When you buy a shared ownership property, you only buy a percentage stake in the property, usually 25 to 50 per cent – from a housing association. Although this can be affordable, as you only own a percentage of the property you will miss out on some of the equity growth if the housing market starts to rises again. You can, however, staircase which means buying another portion of the property later on. Many lenders insist that this option must be available.
Cheap shared ownership mortgage rates enable a borrower the following benefits, Low interest rates, easy repayment options. Remortgage loans replace the existing shared ownership mortgage with a new one from either the same lender or a new lending company. It helps to reduce monthly payments and release home equity. Competitive shared ownership mortgage deals help individuals become financially stable.
Getting a cheap shared ownership mortgage could be a way of reducing your monthly outgoings for other expenses. Many lenders are now offering more competitive interest rates to attract new business, ask your broker to source different deals from different lenders to compare which is the cheapest shared ownership deals
Once you have registered for with an affordable housing company you will be assessed for eligibility. If you are accepted remember to enquire what the rent will be for the share you will be renting as your broker will need to know when applying to a lender for a decision in principle.
If the nationalisation rescue of Northern Rock fails, we could all lose a possible 3,500 pounds each. The exposure to the tax payer’s money has doubled since the beginning of the year. Many borrowers who have borrowed against thier property with a 100% mortgage will owe thier money to the Bank of England.

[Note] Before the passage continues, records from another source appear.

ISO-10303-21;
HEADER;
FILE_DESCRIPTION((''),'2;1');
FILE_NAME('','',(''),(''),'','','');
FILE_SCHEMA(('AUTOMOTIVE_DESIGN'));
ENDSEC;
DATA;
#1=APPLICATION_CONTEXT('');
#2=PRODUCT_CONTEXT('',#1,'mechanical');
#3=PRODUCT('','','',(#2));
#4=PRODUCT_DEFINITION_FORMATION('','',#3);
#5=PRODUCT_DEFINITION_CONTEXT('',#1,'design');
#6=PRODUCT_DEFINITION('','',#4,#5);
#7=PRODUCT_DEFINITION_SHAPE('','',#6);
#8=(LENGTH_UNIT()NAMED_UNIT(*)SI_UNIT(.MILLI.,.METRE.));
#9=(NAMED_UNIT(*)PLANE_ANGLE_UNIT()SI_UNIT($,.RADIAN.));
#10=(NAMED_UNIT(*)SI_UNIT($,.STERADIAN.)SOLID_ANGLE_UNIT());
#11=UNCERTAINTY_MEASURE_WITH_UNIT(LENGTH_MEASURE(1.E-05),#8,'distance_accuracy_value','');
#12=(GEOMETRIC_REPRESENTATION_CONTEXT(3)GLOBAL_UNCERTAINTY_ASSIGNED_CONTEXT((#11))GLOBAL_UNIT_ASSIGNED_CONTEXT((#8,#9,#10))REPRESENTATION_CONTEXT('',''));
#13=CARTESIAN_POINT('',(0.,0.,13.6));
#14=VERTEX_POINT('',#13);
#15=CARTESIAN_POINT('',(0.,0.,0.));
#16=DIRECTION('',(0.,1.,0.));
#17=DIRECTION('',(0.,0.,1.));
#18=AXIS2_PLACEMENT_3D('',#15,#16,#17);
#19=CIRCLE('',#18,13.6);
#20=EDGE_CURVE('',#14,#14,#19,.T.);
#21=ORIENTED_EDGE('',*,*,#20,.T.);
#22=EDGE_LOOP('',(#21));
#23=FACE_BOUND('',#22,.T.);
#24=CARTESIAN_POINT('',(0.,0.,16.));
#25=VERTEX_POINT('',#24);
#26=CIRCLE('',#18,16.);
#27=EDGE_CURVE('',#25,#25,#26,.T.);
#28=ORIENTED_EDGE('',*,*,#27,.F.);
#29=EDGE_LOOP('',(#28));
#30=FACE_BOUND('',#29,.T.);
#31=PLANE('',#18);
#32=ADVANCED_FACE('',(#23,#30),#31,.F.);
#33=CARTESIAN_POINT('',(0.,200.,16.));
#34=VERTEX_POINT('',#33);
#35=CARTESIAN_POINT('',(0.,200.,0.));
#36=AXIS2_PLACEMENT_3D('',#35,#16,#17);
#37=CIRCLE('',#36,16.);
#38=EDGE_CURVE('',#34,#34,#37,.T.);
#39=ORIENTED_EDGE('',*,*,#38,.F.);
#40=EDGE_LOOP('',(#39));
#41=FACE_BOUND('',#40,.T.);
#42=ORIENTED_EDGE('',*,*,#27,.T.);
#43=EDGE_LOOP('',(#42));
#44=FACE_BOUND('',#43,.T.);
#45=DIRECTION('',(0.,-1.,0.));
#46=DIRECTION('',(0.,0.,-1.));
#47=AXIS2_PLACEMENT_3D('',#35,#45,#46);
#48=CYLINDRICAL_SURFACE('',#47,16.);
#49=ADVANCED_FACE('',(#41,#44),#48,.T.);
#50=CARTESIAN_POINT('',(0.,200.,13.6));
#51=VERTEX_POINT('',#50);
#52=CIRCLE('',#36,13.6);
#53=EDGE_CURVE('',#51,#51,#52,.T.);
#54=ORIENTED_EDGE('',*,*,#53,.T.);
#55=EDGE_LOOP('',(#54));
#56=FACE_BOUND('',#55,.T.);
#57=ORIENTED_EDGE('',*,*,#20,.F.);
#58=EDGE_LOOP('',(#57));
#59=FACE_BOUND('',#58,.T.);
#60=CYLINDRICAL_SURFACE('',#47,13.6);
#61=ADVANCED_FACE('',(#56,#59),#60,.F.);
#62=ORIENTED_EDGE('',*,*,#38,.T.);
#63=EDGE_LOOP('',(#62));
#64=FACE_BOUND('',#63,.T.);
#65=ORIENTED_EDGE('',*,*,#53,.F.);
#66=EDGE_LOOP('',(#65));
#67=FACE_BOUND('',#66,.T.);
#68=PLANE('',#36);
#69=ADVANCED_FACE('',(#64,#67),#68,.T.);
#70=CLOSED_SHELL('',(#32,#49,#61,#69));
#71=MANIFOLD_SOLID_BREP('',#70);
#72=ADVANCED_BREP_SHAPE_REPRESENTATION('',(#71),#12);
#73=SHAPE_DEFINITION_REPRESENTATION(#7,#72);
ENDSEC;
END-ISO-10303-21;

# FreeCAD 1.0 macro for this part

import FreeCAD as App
import Part
import Sketcher
Q = App.Units.Quantity

doc = App.newDocument("Part")
body = doc.addObject("PartDesign::Body", "Body")

# Sketch on XZ plane
sketch1 = doc.addObject("Sketcher::SketchObject", "Sketch")
body.addObject(sketch1)
sketch1.AttachmentSupport = (doc.XZ_Plane, [""])
sketch1.MapMode = "FlatFace"
sketch1.addGeometry(Part.Circle(App.Vector(0, 0, 0), App.Vector(0, 0, 1), 16), False)
sketch1.addGeometry(Part.Circle(App.Vector(0, 0, 0), App.Vector(0, 0, 1), 14), False)
sketch1.addConstraint(Sketcher.Constraint("Coincident", 0, 3, -1, 1))
sketch1.addConstraint(Sketcher.Constraint("Coincident", 1, 3, -1, 1))
sketch1.addConstraint(Sketcher.Constraint("Diameter", 0, Q("32 mm")))
sketch1.addConstraint(Sketcher.Constraint("Diameter", 1, Q("27.2 mm")))
pad1 = doc.addObject("PartDesign::Pad", "Pad")
body.addObject(pad1)
pad1.Profile = sketch1
pad1.Length = 200
pad1.Reversed = True

doc.recompute()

100% mortgages have been the Northern Rocks loan of choice in the last few years. When credit conditions were relaxed and borrowing large amounts against on rising property prices was a safer bet.
It looks like The Bank if England wants its money back now. They will be aiming to reduce there mortgage based assets. When these 100% mortgages come to the end of there fixed rate period many borrowers will be looking to find a new competitive rate. Many 100% mortgages lenders are pulling out of the market Alliance & Leicester have announced a temporary withdrawal of there 100% mortgages and 100% plus mortgages products.
Bank of England has cut rates in an attempt to keep the economy moving. The US Federal Reserve has recently cut rates from 4.25% to 3%. Anyone looking to remortgage can expect to get a better deal especially some one with a bad credit mortgage.
It will be a welcome cut for homeowners and anyone arranging a first time buyer mortgage as energy prices are increased, and Council Tax rates are set to rise in certain areas of the country.
The Woolwich is one of the first big Lenders to announce it will be cutting its Standard Variable Rates (SVR) by the full 0.25% following the Bank of England’s announcement. This has an effect on anyone on a base rate tracker mortgage.
A further cut is likely, inflation will be watched closely. It currently stands at 2.1% but rising energy costs and food prices are expected to push the inflation up further past the 2% target.